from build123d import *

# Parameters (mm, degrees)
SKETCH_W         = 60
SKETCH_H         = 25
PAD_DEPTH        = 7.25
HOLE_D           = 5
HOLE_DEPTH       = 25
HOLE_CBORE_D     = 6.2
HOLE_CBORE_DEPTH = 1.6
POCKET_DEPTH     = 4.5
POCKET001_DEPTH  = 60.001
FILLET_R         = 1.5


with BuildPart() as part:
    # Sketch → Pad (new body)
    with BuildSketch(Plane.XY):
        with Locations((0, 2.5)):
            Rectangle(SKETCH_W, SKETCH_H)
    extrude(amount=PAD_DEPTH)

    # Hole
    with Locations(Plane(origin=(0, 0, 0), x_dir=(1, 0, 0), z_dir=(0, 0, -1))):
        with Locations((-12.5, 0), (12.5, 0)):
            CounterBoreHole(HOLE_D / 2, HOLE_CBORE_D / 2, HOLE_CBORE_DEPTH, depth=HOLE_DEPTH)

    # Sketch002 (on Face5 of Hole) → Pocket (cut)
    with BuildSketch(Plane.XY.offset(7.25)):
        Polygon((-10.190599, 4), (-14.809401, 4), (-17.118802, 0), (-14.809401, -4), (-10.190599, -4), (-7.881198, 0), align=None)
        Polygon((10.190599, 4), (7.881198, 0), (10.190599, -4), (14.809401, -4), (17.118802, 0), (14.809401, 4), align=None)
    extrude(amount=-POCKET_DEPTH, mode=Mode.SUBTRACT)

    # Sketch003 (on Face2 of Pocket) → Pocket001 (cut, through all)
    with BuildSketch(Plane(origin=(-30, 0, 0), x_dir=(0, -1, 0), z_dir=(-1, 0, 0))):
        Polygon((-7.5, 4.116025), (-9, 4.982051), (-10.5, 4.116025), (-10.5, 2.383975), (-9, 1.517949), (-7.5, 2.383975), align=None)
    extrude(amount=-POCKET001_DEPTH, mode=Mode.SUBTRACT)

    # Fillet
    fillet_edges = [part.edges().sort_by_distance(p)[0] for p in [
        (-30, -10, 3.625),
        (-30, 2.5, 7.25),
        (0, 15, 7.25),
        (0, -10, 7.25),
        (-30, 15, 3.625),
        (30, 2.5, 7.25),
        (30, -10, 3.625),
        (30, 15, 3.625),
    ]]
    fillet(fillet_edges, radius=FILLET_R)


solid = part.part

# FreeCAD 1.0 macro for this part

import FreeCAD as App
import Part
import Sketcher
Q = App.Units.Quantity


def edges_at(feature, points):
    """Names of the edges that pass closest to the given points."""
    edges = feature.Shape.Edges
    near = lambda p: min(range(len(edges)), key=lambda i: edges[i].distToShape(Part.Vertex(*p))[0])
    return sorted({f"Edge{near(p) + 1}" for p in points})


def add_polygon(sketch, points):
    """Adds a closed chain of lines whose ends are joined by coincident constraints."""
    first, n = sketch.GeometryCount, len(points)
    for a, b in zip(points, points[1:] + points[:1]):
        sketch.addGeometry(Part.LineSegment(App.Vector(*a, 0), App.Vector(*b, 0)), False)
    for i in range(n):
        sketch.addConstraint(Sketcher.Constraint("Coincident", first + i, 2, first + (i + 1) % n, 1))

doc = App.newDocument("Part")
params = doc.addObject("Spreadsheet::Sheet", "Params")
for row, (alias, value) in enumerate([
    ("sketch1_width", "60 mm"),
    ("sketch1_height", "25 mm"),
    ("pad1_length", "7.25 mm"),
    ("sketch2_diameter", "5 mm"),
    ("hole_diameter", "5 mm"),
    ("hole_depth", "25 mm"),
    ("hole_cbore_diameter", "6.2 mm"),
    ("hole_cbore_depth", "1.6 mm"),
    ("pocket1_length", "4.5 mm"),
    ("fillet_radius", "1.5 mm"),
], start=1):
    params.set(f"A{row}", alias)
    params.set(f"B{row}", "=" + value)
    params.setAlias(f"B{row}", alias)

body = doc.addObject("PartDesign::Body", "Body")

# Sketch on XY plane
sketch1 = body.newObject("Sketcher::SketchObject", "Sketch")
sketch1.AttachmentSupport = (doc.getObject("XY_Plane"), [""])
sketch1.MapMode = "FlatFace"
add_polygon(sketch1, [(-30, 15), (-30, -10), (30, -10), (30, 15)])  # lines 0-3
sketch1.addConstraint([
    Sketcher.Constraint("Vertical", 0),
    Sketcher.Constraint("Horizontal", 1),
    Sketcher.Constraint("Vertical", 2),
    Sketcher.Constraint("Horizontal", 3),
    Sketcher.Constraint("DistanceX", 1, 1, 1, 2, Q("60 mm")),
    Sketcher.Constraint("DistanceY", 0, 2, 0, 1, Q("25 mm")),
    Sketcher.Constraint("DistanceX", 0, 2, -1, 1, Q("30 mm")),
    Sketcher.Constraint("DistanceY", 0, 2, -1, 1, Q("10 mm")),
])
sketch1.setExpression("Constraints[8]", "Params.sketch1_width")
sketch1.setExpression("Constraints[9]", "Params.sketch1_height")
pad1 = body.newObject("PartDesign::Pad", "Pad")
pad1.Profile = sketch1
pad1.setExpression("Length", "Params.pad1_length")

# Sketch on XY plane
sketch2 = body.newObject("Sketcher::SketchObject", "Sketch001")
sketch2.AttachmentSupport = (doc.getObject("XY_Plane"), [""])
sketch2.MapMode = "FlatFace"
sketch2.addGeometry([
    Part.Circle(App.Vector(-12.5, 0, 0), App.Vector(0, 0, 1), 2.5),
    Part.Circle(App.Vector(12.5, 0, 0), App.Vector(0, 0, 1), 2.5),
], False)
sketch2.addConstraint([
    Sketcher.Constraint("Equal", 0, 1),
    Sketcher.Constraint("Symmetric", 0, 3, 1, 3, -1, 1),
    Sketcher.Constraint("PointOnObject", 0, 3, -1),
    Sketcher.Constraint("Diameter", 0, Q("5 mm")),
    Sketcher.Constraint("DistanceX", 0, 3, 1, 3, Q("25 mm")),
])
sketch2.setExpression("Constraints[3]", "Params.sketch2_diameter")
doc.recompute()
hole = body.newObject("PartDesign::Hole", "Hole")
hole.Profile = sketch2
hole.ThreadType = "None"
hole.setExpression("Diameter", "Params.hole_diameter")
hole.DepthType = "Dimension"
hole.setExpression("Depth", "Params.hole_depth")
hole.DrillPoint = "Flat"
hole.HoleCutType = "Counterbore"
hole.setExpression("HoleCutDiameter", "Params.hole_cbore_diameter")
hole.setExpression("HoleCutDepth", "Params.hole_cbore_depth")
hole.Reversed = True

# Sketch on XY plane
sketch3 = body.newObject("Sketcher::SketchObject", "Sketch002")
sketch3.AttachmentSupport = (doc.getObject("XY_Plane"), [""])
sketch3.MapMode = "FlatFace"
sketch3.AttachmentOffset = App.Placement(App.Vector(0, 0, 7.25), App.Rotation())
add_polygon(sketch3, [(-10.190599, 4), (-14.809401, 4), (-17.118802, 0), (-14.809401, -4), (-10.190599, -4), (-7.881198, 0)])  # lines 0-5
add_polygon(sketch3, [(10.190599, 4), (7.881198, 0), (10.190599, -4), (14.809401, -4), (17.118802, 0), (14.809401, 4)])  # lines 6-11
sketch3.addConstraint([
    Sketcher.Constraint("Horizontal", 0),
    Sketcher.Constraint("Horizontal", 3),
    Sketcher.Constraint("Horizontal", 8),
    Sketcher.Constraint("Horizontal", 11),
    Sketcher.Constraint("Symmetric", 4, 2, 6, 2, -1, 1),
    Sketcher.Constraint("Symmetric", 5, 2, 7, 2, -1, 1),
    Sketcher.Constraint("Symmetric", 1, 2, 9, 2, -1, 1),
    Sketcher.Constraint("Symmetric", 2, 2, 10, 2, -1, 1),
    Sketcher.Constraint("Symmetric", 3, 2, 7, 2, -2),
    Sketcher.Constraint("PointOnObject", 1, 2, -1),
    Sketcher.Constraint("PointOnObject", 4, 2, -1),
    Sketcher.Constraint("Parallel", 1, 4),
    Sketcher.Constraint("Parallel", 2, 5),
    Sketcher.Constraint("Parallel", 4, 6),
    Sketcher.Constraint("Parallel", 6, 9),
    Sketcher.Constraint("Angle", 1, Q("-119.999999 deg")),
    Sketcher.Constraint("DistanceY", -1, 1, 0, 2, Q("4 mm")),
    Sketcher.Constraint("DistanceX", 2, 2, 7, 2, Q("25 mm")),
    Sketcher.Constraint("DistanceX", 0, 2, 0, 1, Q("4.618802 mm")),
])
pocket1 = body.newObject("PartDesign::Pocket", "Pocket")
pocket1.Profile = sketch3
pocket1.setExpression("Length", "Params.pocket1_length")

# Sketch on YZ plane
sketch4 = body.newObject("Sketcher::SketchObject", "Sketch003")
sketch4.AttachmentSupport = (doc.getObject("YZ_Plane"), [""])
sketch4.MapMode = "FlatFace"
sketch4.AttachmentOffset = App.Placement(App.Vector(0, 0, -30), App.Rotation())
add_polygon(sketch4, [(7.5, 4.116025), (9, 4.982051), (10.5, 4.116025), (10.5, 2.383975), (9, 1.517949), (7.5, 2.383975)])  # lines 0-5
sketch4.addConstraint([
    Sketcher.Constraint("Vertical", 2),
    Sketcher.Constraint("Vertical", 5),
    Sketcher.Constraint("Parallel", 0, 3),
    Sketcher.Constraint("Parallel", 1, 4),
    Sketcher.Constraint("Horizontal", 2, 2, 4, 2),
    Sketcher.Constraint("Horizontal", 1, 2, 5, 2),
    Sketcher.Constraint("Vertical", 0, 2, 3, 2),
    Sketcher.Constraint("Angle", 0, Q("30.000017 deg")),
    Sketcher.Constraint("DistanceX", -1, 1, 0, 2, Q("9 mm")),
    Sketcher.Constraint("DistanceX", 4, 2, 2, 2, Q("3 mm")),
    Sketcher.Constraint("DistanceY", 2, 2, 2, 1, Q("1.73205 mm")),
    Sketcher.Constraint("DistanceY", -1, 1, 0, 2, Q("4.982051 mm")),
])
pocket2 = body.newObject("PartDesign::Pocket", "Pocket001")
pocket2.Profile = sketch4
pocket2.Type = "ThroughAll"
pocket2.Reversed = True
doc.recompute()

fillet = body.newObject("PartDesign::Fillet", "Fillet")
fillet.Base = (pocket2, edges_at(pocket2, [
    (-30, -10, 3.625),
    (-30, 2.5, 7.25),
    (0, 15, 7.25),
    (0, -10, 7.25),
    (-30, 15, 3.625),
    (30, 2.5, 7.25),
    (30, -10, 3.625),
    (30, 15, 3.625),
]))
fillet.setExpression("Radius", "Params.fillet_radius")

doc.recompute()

★ ★ ★ ★

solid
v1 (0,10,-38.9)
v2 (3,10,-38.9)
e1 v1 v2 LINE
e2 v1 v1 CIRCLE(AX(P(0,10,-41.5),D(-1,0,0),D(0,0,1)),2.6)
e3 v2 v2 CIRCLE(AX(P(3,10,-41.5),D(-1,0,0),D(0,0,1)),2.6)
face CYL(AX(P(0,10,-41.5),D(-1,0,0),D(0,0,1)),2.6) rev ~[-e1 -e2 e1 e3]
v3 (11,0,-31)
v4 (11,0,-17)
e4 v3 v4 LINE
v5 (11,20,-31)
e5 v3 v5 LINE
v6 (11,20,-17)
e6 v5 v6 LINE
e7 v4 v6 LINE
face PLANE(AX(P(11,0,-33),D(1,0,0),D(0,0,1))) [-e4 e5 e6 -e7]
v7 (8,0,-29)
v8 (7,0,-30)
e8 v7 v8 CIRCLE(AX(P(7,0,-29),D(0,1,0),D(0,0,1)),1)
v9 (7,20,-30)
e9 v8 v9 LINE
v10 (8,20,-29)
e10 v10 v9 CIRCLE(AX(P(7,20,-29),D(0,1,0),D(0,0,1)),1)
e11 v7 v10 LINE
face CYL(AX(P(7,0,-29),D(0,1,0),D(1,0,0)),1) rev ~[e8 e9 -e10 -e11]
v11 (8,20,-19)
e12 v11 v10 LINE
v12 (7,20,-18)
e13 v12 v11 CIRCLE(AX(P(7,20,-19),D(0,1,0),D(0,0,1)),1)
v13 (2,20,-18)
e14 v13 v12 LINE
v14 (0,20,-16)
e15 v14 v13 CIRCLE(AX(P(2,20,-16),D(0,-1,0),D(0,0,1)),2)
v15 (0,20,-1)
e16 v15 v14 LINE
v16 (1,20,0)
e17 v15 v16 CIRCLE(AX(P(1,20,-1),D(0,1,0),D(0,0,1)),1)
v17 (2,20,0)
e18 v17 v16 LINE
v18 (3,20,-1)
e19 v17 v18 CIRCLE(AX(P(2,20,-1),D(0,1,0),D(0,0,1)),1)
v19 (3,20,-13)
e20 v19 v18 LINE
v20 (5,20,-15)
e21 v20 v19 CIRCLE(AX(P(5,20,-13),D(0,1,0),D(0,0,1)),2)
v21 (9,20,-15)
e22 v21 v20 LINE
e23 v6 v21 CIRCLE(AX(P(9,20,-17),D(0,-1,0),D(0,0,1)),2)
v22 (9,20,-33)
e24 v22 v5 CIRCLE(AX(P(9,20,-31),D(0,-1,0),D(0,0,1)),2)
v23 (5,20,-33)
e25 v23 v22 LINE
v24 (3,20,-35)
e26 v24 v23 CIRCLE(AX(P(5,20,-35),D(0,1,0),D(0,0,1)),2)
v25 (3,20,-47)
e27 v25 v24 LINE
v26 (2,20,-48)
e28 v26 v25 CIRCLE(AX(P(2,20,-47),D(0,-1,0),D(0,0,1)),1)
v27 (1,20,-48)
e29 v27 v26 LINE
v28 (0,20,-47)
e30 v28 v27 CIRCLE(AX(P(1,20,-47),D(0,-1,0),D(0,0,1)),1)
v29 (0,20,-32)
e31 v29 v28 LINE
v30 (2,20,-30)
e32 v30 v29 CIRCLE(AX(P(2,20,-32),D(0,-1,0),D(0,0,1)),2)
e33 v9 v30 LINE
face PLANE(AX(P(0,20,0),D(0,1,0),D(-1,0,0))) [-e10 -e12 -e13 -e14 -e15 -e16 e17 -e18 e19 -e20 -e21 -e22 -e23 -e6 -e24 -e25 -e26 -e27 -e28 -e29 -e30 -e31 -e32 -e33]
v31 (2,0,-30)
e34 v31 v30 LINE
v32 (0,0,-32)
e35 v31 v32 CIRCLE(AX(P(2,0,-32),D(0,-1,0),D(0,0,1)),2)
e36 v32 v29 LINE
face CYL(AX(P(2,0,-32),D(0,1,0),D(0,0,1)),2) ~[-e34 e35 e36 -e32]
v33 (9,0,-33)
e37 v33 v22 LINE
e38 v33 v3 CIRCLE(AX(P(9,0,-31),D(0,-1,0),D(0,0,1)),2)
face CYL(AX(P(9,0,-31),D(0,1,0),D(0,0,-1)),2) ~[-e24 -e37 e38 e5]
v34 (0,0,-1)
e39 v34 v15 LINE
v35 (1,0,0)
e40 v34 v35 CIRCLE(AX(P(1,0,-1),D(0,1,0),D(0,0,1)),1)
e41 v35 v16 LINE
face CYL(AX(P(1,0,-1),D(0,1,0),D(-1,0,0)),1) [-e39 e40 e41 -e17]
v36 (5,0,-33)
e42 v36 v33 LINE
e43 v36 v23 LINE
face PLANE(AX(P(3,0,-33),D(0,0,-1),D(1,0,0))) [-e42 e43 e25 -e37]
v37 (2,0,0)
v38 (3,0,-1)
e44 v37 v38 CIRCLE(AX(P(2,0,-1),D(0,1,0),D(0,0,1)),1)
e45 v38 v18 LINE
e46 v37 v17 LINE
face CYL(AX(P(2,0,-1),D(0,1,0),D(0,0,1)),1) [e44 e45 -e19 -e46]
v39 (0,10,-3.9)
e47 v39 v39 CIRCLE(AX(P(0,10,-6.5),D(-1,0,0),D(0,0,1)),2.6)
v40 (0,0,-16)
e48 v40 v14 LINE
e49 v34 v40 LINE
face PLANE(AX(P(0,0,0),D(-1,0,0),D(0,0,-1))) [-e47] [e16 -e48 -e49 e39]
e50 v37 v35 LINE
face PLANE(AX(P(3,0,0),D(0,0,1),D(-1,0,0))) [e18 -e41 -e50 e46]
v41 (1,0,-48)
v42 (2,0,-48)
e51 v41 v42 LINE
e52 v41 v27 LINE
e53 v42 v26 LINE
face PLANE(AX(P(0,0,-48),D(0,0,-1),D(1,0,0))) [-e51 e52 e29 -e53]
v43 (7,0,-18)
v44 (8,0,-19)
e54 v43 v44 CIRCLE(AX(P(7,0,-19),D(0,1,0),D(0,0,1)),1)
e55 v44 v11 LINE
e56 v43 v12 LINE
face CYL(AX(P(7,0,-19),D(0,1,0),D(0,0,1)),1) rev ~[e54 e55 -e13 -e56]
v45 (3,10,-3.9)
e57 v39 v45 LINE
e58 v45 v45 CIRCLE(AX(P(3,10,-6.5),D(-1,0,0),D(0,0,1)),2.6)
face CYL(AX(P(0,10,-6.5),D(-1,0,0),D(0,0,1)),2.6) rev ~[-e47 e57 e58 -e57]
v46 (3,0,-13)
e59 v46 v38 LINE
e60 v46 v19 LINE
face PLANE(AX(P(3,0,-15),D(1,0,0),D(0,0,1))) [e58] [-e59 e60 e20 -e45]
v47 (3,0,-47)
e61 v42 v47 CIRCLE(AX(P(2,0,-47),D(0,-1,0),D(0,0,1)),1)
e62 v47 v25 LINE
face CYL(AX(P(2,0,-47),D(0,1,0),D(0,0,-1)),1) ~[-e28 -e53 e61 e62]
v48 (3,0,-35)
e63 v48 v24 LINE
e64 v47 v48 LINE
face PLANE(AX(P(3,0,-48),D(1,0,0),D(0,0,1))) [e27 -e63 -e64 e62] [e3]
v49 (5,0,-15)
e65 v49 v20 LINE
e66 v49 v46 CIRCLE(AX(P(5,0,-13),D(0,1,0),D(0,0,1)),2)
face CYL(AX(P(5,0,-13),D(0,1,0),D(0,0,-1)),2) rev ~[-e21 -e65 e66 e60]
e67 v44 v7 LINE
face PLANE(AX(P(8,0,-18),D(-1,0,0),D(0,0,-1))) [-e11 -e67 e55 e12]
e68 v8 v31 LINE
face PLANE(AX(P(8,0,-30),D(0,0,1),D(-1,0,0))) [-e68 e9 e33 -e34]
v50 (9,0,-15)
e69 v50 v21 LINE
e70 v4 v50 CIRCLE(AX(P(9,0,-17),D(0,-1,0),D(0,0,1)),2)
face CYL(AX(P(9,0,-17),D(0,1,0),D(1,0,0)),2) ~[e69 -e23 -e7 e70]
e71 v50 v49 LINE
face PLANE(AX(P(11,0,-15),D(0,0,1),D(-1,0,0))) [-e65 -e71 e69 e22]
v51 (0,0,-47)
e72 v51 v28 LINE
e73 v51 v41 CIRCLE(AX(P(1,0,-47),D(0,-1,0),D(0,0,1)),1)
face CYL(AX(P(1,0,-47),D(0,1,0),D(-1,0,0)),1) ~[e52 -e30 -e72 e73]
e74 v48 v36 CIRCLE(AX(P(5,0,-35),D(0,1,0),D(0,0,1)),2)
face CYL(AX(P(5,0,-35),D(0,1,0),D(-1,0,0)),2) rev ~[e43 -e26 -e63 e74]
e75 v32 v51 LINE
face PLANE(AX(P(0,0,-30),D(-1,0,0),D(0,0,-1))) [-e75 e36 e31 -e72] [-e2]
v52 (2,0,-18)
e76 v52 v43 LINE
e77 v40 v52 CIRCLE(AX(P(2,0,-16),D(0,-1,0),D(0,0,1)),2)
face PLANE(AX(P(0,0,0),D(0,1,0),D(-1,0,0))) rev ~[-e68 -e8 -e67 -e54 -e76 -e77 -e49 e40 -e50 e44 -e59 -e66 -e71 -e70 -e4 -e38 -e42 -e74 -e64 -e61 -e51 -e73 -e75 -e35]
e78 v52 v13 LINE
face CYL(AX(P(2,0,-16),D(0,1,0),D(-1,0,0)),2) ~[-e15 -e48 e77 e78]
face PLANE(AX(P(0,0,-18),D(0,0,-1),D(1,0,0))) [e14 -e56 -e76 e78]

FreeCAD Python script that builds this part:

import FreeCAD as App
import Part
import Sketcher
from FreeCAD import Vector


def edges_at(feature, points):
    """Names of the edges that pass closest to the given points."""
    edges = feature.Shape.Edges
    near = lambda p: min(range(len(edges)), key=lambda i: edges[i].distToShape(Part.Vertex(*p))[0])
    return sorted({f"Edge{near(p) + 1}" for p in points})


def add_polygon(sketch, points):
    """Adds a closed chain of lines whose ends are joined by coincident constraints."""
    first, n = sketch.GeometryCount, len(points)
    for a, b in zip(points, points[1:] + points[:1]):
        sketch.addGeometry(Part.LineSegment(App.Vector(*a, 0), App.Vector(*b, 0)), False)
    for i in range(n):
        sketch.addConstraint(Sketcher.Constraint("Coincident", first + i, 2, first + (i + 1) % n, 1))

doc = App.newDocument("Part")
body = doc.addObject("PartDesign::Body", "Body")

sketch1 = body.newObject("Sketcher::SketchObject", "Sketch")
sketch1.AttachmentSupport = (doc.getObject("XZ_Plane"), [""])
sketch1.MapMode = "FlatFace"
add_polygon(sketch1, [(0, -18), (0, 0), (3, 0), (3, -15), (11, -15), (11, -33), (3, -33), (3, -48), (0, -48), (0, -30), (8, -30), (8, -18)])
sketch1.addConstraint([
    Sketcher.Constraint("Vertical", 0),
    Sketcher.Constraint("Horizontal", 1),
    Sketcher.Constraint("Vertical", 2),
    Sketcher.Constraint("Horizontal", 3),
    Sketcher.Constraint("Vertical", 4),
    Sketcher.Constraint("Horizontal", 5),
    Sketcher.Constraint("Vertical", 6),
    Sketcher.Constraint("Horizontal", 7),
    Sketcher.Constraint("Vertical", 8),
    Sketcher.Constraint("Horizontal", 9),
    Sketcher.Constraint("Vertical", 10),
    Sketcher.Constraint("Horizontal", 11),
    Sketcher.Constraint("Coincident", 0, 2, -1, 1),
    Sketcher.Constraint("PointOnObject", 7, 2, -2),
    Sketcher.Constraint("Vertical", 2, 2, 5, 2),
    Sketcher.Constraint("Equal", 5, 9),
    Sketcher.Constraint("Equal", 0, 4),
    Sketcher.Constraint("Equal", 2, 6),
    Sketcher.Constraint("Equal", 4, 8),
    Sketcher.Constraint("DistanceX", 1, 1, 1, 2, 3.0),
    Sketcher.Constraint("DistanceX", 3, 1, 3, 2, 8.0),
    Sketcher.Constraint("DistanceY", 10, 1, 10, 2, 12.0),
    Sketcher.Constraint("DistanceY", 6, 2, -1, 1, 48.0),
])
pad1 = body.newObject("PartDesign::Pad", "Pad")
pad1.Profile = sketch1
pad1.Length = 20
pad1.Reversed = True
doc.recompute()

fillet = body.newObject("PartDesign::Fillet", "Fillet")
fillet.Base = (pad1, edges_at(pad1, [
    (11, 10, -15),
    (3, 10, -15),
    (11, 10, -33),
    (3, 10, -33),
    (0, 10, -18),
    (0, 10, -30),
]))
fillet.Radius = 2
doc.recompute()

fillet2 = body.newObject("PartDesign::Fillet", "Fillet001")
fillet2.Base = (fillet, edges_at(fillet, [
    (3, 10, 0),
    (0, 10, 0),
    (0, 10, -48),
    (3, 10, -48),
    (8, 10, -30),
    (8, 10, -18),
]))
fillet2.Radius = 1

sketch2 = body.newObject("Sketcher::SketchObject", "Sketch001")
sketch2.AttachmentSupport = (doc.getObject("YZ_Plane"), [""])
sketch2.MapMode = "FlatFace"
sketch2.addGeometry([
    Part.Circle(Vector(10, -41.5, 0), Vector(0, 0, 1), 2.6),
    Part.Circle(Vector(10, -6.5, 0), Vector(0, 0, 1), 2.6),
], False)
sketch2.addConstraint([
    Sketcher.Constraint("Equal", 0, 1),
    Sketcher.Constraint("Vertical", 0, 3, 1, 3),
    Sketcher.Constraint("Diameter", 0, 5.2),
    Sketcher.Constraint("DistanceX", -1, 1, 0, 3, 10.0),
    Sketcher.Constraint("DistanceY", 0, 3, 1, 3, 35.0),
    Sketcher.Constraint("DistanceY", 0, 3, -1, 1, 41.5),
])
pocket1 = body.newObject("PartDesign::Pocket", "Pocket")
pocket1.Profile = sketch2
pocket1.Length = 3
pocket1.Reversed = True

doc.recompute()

★ ★ ★ ★

The stretch of entries above that starts with the line containing "(-7.5, 2.383975), align=None)" and goes on through the line containing "# FreeCAD 1.0 macro for this part" is to be transcribed exactly, and no other line is to be transcribed.

## Answer for this exercise
        Polygon((-7.5, 4.116025), (-9, 4.982051), (-10.5, 4.116025), (-10.5, 2.383975), (-9, 1.517949), (-7.5, 2.383975), align=None)
    extrude(amount=-POCKET001_DEPTH, mode=Mode.SUBTRACT)

    # Fillet
    fillet_edges = [part.edges().sort_by_distance(p)[0] for p in [
        (-30, -10, 3.625),
        (-30, 2.5, 7.25),
        (0, 15, 7.25),
        (0, -10, 7.25),
        (-30, 15, 3.625),
        (30, 2.5, 7.25),
        (30, -10, 3.625),
        (30, 15, 3.625),
    ]]
    fillet(fillet_edges, radius=FILLET_R)


solid = part.part

# FreeCAD 1.0 macro for this part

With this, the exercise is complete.